We mapped RFs of RGCs using the Python toolbox RFEst (73). The binary dense noise stimulus (20 by 15 matrix, 30-μm pixels, balanced random sequence; 5 Hz) was centered on the recording field. Normalized traces ${\mathit{r}}_{\text{norm}}$ were slightly low-pass filtered ${\mathit{r}}_{\text{filt}}=\mathit{LP}({\mathit{r}}_{\text{norm}})$ using a Butterworth filter (f_cutoff = 3 Hz for Ca²⁺ and f_cutoff = 5 Hz for glutamate), which improved the yield of high-quality RF estimates.
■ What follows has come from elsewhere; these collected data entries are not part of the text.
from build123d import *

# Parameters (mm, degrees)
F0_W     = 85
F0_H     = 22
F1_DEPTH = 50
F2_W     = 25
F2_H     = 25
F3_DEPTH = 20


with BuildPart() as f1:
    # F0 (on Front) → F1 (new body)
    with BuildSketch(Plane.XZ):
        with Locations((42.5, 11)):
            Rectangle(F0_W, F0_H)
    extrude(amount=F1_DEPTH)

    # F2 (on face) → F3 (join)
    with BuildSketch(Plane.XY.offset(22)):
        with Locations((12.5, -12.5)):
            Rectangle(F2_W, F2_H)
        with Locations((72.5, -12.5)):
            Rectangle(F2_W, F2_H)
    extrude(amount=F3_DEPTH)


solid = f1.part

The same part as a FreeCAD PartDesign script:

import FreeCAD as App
import Part
import Sketcher
Q = App.Units.Quantity

doc = App.newDocument("Part")
body = doc.addObject("PartDesign::Body", "Body")

# Sketch on XZ plane
sketch1 = body.newObject("Sketcher::SketchObject", "Sketch")
sketch1.AttachmentSupport = (doc.getObject("XZ_Plane"), [""])
sketch1.MapMode = "FlatFace"
sketch1.addGeometry(Part.LineSegment(App.Vector(0, 22, 0), App.Vector(0, 0, 0)), False)
sketch1.addGeometry(Part.LineSegment(App.Vector(0, 0, 0), App.Vector(85, 0, 0)), False)
sketch1.addGeometry(Part.LineSegment(App.Vector(85, 0, 0), App.Vector(85, 22, 0)), False)
sketch1.addGeometry(Part.LineSegment(App.Vector(85, 22, 0), App.Vector(0, 22, 0)), False)
sketch1.addConstraint(Sketcher.Constraint("Coincident", 0, 2, 1, 1))
sketch1.addConstraint(Sketcher.Constraint("Coincident", 1, 2, 2, 1))
sketch1.addConstraint(Sketcher.Constraint("Coincident", 2, 2, 3, 1))
sketch1.addConstraint(Sketcher.Constraint("Coincident", 3, 2, 0, 1))
sketch1.addConstraint(Sketcher.Constraint("Vertical", 0))
sketch1.addConstraint(Sketcher.Constraint("Horizontal", 1))
sketch1.addConstraint(Sketcher.Constraint("Vertical", 2))
sketch1.addConstraint(Sketcher.Constraint("Horizontal", 3))
sketch1.addConstraint(Sketcher.Constraint("Coincident", 0, 2, -1, 1))
sketch1.addConstraint(Sketcher.Constraint("DistanceX", 1, 1, 1, 2, Q("85 mm")))
sketch1.addConstraint(Sketcher.Constraint("DistanceY", 0, 2, 0, 1, Q("22 mm")))
pad1 = body.newObject("PartDesign::Pad", "Pad")
pad1.Profile = sketch1
pad1.Length = 50

# Sketch on XY plane
sketch2 = body.newObject("Sketcher::SketchObject", "Sketch001")
sketch2.AttachmentSupport = (doc.getObject("XY_Plane"), [""])
sketch2.MapMode = "FlatFace"
sketch2.AttachmentOffset = App.Placement(App.Vector(0, 0, 22), App.Rotation())
sketch2.addGeometry(Part.LineSegment(App.Vector(0, 0, 0), App.Vector(0, -25, 0)), False)
sketch2.addGeometry(Part.LineSegment(App.Vector(0, -25, 0), App.Vector(25, -25, 0)), False)
sketch2.addGeometry(Part.LineSegment(App.Vector(25, -25, 0), App.Vector(25, 0, 0)), False)
sketch2.addGeometry(Part.LineSegment(App.Vector(25, 0, 0), App.Vector(0, 0, 0)), False)
sketch2.addGeometry(Part.LineSegment(App.Vector(60, 0, 0), App.Vector(60, -25, 0)), False)
sketch2.addGeometry(Part.LineSegment(App.Vector(60, -25, 0), App.Vector(85, -25, 0)), False)
sketch2.addGeometry(Part.LineSegment(App.Vector(85, -25, 0), App.Vector(85, 0, 0)), False)
sketch2.addGeometry(Part.LineSegment(App.Vector(85, 0, 0), App.Vector(60, 0, 0)), False)
sketch2.addConstraint(Sketcher.Constraint("Coincident", 0, 2, 1, 1))
sketch2.addConstraint(Sketcher.Constraint("Coincident", 1, 2, 2, 1))
sketch2.addConstraint(Sketcher.Constraint("Coincident", 2, 2, 3, 1))
sketch2.addConstraint(Sketcher.Constraint("Coincident", 3, 2, 0, 1))
sketch2.addConstraint(Sketcher.Constraint("Coincident", 4, 2, 5, 1))
sketch2.addConstraint(Sketcher.Constraint("Coincident", 5, 2, 6, 1))
sketch2.addConstraint(Sketcher.Constraint("Coincident", 6, 2, 7, 1))
sketch2.addConstraint(Sketcher.Constraint("Coincident", 7, 2, 4, 1))
sketch2.addConstraint(Sketcher.Constraint("Vertical", 0))
sketch2.addConstraint(Sketcher.Constraint("Horizontal", 1))
sketch2.addConstraint(Sketcher.Constraint("Vertical", 2))
sketch2.addConstraint(Sketcher.Constraint("Horizontal", 3))
sketch2.addConstraint(Sketcher.Constraint("Vertical", 4))
sketch2.addConstraint(Sketcher.Constraint("Horizontal", 5))
sketch2.addConstraint(Sketcher.Constraint("Vertical", 6))
sketch2.addConstraint(Sketcher.Constraint("Horizontal", 7))
sketch2.addConstraint(Sketcher.Constraint("Coincident", 3, 2, -1, 1))
sketch2.addConstraint(Sketcher.Constraint("PointOnObject", 6, 2, -1))
sketch2.addConstraint(Sketcher.Constraint("Horizontal", 1, 2, 4, 2))
sketch2.addConstraint(Sketcher.Constraint("Equal", 3, 5))
sketch2.addConstraint(Sketcher.Constraint("Equal", 7, 0))
sketch2.addConstraint(Sketcher.Constraint("DistanceX", 1, 1, 1, 2, Q("25 mm")))
sketch2.addConstraint(Sketcher.Constraint("DistanceX", -1, 1, 4, 2, Q("60 mm")))
pad2 = body.newObject("PartDesign::Pad", "Pad001")
pad2.Profile = sketch2
pad2.Length = 20

doc.recompute()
Last, temporal positive-only gradients were computed for each trace

$$\dot{\mathit{c}}=\text{max}(0,{\dot{\mathit{r}}}_{\text{filt}})$$ (2)
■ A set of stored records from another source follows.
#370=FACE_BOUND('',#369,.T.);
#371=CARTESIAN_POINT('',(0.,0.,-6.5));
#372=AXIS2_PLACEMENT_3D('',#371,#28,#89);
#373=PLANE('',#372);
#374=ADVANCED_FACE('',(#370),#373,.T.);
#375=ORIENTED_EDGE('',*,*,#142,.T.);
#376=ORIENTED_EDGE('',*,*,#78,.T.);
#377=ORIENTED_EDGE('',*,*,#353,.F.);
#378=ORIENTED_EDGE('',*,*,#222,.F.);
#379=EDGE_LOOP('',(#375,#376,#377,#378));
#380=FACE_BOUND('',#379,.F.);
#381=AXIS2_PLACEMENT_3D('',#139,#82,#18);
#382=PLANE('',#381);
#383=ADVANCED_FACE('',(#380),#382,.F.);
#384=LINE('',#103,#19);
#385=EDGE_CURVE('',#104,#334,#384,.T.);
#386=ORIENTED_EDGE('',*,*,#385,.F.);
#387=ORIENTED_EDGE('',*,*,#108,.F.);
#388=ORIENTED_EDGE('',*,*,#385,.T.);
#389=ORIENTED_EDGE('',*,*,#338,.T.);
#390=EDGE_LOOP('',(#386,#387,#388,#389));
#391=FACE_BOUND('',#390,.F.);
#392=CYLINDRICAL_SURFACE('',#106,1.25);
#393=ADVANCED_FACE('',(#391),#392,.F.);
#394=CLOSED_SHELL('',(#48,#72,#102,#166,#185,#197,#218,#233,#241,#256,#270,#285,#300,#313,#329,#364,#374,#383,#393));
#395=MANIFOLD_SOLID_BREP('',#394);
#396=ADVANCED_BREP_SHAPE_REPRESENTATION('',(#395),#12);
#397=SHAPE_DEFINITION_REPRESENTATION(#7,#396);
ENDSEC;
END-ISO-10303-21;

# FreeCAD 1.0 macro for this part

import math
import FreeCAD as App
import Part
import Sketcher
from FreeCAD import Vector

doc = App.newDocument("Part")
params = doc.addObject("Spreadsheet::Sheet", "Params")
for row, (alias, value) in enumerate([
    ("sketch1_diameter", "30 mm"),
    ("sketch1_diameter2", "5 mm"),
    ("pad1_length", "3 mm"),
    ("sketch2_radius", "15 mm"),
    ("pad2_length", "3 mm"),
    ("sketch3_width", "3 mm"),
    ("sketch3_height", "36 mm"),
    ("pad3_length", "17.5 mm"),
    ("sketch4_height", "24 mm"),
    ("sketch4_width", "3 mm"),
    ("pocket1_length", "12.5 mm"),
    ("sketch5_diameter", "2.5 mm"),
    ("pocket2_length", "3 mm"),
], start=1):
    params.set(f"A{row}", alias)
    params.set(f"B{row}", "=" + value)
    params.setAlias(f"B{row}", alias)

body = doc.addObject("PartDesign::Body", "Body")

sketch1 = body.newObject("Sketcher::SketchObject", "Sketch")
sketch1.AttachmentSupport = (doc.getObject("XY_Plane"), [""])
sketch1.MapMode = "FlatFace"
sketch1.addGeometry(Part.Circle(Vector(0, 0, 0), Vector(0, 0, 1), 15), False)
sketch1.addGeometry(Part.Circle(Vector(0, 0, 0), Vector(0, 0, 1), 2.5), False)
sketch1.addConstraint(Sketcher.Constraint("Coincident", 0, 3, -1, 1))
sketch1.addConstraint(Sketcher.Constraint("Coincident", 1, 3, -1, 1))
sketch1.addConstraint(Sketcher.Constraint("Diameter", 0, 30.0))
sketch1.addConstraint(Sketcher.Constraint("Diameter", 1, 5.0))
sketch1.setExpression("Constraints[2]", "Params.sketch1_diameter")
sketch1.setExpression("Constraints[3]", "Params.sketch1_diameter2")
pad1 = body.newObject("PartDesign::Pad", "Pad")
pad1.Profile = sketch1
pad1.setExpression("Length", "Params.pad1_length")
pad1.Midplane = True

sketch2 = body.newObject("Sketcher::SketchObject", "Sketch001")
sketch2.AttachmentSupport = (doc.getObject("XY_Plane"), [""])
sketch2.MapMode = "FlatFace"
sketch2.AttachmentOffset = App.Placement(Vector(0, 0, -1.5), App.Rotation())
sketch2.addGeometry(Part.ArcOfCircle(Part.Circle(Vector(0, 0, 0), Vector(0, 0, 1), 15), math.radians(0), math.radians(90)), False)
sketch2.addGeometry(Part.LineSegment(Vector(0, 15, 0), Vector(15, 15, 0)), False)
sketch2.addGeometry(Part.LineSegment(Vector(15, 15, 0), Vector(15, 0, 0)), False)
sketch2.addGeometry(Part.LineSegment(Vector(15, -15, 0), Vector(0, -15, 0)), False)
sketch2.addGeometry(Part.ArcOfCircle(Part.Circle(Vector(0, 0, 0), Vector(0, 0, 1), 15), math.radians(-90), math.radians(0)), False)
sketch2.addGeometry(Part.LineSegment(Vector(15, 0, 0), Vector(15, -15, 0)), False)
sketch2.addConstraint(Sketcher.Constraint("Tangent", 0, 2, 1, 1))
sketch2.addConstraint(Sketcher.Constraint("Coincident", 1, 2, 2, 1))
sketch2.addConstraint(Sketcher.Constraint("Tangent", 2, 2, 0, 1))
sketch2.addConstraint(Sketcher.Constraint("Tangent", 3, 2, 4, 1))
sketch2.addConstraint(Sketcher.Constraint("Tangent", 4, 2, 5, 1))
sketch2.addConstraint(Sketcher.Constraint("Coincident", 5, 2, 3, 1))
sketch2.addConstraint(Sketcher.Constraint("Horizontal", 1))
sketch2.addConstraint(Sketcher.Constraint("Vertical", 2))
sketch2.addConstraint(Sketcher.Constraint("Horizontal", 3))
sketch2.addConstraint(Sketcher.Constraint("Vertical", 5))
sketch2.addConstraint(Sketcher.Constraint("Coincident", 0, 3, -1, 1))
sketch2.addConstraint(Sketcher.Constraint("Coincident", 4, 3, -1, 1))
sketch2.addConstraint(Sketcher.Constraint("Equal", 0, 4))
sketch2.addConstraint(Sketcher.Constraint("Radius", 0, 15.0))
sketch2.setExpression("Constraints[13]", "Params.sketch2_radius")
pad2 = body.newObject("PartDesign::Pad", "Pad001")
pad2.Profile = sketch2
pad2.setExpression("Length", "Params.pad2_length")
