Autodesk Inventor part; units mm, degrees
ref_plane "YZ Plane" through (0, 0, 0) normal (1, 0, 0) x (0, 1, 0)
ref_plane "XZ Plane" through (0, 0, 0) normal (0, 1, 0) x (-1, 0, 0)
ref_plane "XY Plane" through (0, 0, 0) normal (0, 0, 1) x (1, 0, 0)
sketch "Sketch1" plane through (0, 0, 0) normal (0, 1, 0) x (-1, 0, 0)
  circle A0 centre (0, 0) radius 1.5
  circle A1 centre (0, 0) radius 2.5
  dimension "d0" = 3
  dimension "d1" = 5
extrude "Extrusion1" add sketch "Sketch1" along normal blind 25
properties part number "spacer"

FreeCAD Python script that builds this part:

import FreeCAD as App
import Part
import Sketcher
from FreeCAD import Vector
Q = App.Units.Quantity

doc = App.newDocument("Part")
body = doc.addObject("PartDesign::Body", "Body")

sketch1 = body.newObject("Sketcher::SketchObject", "Sketch")
sketch1.AttachmentSupport = (doc.getObject("XZ_Plane"), [""])
sketch1.MapMode = "FlatFace"
sketch1.addGeometry(Part.Circle(Vector(0, 0, 0), Vector(0, 0, 1), 2.5), False)
sketch1.addGeometry(Part.Circle(Vector(0, 0, 0), Vector(0, 0, 1), 1.5), False)
sketch1.addConstraint(Sketcher.Constraint("Coincident", 0, 3, -1, 1))
sketch1.addConstraint(Sketcher.Constraint("Coincident", 1, 3, -1, 1))
sketch1.addConstraint(Sketcher.Constraint("Diameter", 0, Q("5 mm")))
sketch1.addConstraint(Sketcher.Constraint("Diameter", 1, Q("3 mm")))
pad1 = body.newObject("PartDesign::Pad", "Pad")
pad1.Profile = sketch1
pad1.Length = 25
pad1.Reversed = True

doc.recompute()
The stimulus X(t) was upsampled to the trace sampling rate of 31.25 Hz.

Spatiotemporal RFs $\mathit{F}(x,y,\mathrm{\tau })$ were computed from spline-based linear Gaussian models that were optimized with gradient descent to minimize the following loss

$$\mathcal{L}=\frac{1}{T}{\int }_{t=0}^T{\left[\dot{\mathit{c}}(t)-y_0-\mathit{X}(t)\text{S}\mathit{\text{b}}\right]}^2+\mathrm{\beta }\ast {\Vert \mathit{b}\Vert }_1$$ (3)

where S is a cubic regression spline basis, y₀ is the inferred intercept, b are the inferred RF weights, and β is the weight for the L₁ penalty on b to enforce sparsity in the RF. The RF was defined as $\mathit{F}(x,y,\mathrm{\tau })=\text{Sb}$, where x and y are the spatial dimensions and τ is the lag ranging from approximately 1.35 to −0.20 s. S was defined by the number of knots in space and time (k_x, k_y, k_τ), corresponding to the dimensions d of the spatiotemporal RF (d_x, d_y, d_τ) = (45, 20, 15). We set (k_x, k_y, k_τ) = (10, 12, 9) for Ca²⁺ and (k_x, k_y, k_τ) = (10, 16, 12) for glutamate. Further, we set β = 0.005.

Models were trained for at least 100 steps and a maximum of 2,000 steps. If the loss did not improve for 5 steps, training was stopped, and the parameters resulting in the lowest loss were used as the final model.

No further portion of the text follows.